▶ **TASK PROMPT**
Please reproduce the listing in full, exactly as given.
+===+
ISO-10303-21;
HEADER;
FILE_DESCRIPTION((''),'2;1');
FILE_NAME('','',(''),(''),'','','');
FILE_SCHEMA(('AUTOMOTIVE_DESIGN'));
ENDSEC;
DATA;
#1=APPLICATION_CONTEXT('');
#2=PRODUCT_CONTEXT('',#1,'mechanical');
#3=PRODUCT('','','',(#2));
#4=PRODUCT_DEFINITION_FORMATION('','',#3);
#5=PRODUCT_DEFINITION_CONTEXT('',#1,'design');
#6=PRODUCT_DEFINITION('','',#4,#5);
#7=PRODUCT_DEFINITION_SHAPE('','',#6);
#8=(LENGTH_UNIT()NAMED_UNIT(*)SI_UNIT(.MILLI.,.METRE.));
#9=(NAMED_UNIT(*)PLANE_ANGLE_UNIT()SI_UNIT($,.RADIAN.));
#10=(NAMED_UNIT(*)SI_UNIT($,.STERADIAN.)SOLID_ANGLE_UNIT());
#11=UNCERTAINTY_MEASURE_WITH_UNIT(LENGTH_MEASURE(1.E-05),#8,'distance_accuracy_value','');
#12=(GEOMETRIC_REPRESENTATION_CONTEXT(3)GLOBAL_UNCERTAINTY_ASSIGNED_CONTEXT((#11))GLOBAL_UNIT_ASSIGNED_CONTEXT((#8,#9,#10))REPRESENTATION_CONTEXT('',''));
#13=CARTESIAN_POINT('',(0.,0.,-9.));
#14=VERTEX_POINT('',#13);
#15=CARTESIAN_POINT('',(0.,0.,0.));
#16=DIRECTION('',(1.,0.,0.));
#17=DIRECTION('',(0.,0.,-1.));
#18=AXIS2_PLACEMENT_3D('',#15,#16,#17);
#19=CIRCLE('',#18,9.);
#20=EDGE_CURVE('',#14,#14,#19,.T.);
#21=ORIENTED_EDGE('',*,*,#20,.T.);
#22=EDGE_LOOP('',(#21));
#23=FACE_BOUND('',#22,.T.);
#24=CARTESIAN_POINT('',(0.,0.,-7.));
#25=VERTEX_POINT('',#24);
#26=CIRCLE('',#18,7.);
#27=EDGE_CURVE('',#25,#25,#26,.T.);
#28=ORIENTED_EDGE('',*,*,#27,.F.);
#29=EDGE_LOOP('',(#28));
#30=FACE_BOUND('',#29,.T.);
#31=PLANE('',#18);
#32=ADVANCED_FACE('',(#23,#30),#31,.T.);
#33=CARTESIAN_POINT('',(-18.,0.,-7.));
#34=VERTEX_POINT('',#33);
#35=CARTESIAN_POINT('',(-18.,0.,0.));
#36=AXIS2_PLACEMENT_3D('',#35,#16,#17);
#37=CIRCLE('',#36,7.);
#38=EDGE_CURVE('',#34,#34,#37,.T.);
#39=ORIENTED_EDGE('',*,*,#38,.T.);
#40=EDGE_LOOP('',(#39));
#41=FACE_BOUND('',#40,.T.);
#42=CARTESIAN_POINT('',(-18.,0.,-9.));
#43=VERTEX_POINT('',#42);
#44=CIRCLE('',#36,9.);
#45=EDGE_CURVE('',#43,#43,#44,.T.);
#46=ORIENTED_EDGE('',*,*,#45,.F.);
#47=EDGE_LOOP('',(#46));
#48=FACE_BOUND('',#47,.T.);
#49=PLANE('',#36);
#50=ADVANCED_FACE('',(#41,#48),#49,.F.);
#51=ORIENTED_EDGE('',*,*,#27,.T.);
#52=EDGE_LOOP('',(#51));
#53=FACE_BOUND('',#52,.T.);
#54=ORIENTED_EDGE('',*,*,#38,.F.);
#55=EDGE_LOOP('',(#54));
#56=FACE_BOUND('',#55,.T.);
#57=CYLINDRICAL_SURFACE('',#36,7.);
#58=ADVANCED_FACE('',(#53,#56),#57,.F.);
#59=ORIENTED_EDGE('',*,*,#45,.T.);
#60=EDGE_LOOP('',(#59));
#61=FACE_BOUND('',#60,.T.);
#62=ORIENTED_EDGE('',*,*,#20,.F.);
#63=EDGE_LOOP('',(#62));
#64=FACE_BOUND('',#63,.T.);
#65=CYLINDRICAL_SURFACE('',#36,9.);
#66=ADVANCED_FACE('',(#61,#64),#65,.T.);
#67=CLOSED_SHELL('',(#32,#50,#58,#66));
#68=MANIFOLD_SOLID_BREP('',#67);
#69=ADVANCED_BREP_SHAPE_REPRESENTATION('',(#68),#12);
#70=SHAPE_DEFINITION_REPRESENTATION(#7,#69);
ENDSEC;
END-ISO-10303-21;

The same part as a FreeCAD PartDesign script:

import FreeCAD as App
import Part
import Sketcher
from FreeCAD import Vector
Q = App.Units.Quantity

doc = App.newDocument("Part")
body = doc.addObject("PartDesign::Body", "Body")

sketch1 = body.newObject("Sketcher::SketchObject", "Sketch")
sketch1.AttachmentSupport = (doc.getObject("YZ_Plane"), [""])
sketch1.MapMode = "FlatFace"
sketch1.addGeometry([
    Part.Circle(Vector(0, 0, 0), Vector(0, 0, 1), 9),
    Part.Circle(Vector(0, 0, 0), Vector(0, 0, 1), 7),
], False)
sketch1.addConstraint([
    Sketcher.Constraint("Coincident", 0, 3, -1, 1),
    Sketcher.Constraint("Coincident", 1, 3, -1, 1),
    Sketcher.Constraint("Diameter", 0, Q("18 mm")),
    Sketcher.Constraint("Diameter", 1, Q("14 mm")),
])
pad1 = body.newObject("PartDesign::Pad", "Pad")
pad1.Profile = sketch1
pad1.Length = 18
pad1.Reversed = True

doc.recompute()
+===+
▶ **ANSWER TO THE EXERCISE**
ISO-10303-21;
HEADER;
FILE_DESCRIPTION((''),'2;1');
FILE_NAME('','',(''),(''),'','','');
FILE_SCHEMA(('AUTOMOTIVE_DESIGN'));
ENDSEC;
DATA;
#1=APPLICATION_CONTEXT('');
#2=PRODUCT_CONTEXT('',#1,'mechanical');
#3=PRODUCT('','','',(#2));
#4=PRODUCT_DEFINITION_FORMATION('','',#3);
#5=PRODUCT_DEFINITION_CONTEXT('',#1,'design');
#6=PRODUCT_DEFINITION('','',#4,#5);
#7=PRODUCT_DEFINITION_SHAPE('','',#6);
#8=(LENGTH_UNIT()NAMED_UNIT(*)SI_UNIT(.MILLI.,.METRE.));
#9=(NAMED_UNIT(*)PLANE_ANGLE_UNIT()SI_UNIT($,.RADIAN.));
#10=(NAMED_UNIT(*)SI_UNIT($,.STERADIAN.)SOLID_ANGLE_UNIT());
#11=UNCERTAINTY_MEASURE_WITH_UNIT(LENGTH_MEASURE(1.E-05),#8,'distance_accuracy_value','');
#12=(GEOMETRIC_REPRESENTATION_CONTEXT(3)GLOBAL_UNCERTAINTY_ASSIGNED_CONTEXT((#11))GLOBAL_UNIT_ASSIGNED_CONTEXT((#8,#9,#10))REPRESENTATION_CONTEXT('',''));
#13=CARTESIAN_POINT('',(0.,0.,-9.));
#14=VERTEX_POINT('',#13);
#15=CARTESIAN_POINT('',(0.,0.,0.));
#16=DIRECTION('',(1.,0.,0.));
#17=DIRECTION('',(0.,0.,-1.));
#18=AXIS2_PLACEMENT_3D('',#15,#16,#17);
#19=CIRCLE('',#18,9.);
#20=EDGE_CURVE('',#14,#14,#19,.T.);
#21=ORIENTED_EDGE('',*,*,#20,.T.);
#22=EDGE_LOOP('',(#21));
#23=FACE_BOUND('',#22,.T.);
#24=CARTESIAN_POINT('',(0.,0.,-7.));
#25=VERTEX_POINT('',#24);
#26=CIRCLE('',#18,7.);
#27=EDGE_CURVE('',#25,#25,#26,.T.);
#28=ORIENTED_EDGE('',*,*,#27,.F.);
#29=EDGE_LOOP('',(#28));
#30=FACE_BOUND('',#29,.T.);
#31=PLANE('',#18);
#32=ADVANCED_FACE('',(#23,#30),#31,.T.);
#33=CARTESIAN_POINT('',(-18.,0.,-7.));
#34=VERTEX_POINT('',#33);
#35=CARTESIAN_POINT('',(-18.,0.,0.));
#36=AXIS2_PLACEMENT_3D('',#35,#16,#17);
#37=CIRCLE('',#36,7.);
#38=EDGE_CURVE('',#34,#34,#37,.T.);
#39=ORIENTED_EDGE('',*,*,#38,.T.);
#40=EDGE_LOOP('',(#39));
#41=FACE_BOUND('',#40,.T.);
#42=CARTESIAN_POINT('',(-18.,0.,-9.));
#43=VERTEX_POINT('',#42);
#44=CIRCLE('',#36,9.);
#45=EDGE_CURVE('',#43,#43,#44,.T.);
#46=ORIENTED_EDGE('',*,*,#45,.F.);
#47=EDGE_LOOP('',(#46));
#48=FACE_BOUND('',#47,.T.);
#49=PLANE('',#36);
#50=ADVANCED_FACE('',(#41,#48),#49,.F.);
#51=ORIENTED_EDGE('',*,*,#27,.T.);
#52=EDGE_LOOP('',(#51));
#53=FACE_BOUND('',#52,.T.);
#54=ORIENTED_EDGE('',*,*,#38,.F.);
#55=EDGE_LOOP('',(#54));
#56=FACE_BOUND('',#55,.T.);
#57=CYLINDRICAL_SURFACE('',#36,7.);
#58=ADVANCED_FACE('',(#53,#56),#57,.F.);
#59=ORIENTED_EDGE('',*,*,#45,.T.);
#60=EDGE_LOOP('',(#59));
#61=FACE_BOUND('',#60,.T.);
#62=ORIENTED_EDGE('',*,*,#20,.F.);
#63=EDGE_LOOP('',(#62));
#64=FACE_BOUND('',#63,.T.);
#65=CYLINDRICAL_SURFACE('',#36,9.);
#66=ADVANCED_FACE('',(#61,#64),#65,.T.);
#67=CLOSED_SHELL('',(#32,#50,#58,#66));
#68=MANIFOLD_SOLID_BREP('',#67);
#69=ADVANCED_BREP_SHAPE_REPRESENTATION('',(#68),#12);
#70=SHAPE_DEFINITION_REPRESENTATION(#7,#69);
ENDSEC;
END-ISO-10303-21;

The same part as a FreeCAD PartDesign script:

import FreeCAD as App
import Part
import Sketcher
from FreeCAD import Vector
Q = App.Units.Quantity

doc = App.newDocument("Part")
body = doc.addObject("PartDesign::Body", "Body")

sketch1 = body.newObject("Sketcher::SketchObject", "Sketch")
sketch1.AttachmentSupport = (doc.getObject("YZ_Plane"), [""])
sketch1.MapMode = "FlatFace"
sketch1.addGeometry([
    Part.Circle(Vector(0, 0, 0), Vector(0, 0, 1), 9),
    Part.Circle(Vector(0, 0, 0), Vector(0, 0, 1), 7),
], False)
sketch1.addConstraint([
    Sketcher.Constraint("Coincident", 0, 3, -1, 1),
    Sketcher.Constraint("Coincident", 1, 3, -1, 1),
    Sketcher.Constraint("Diameter", 0, Q("18 mm")),
    Sketcher.Constraint("Diameter", 1, Q("14 mm")),
])
pad1 = body.newObject("PartDesign::Pad", "Pad")
pad1.Profile = sketch1
pad1.Length = 18
pad1.Reversed = True

doc.recompute()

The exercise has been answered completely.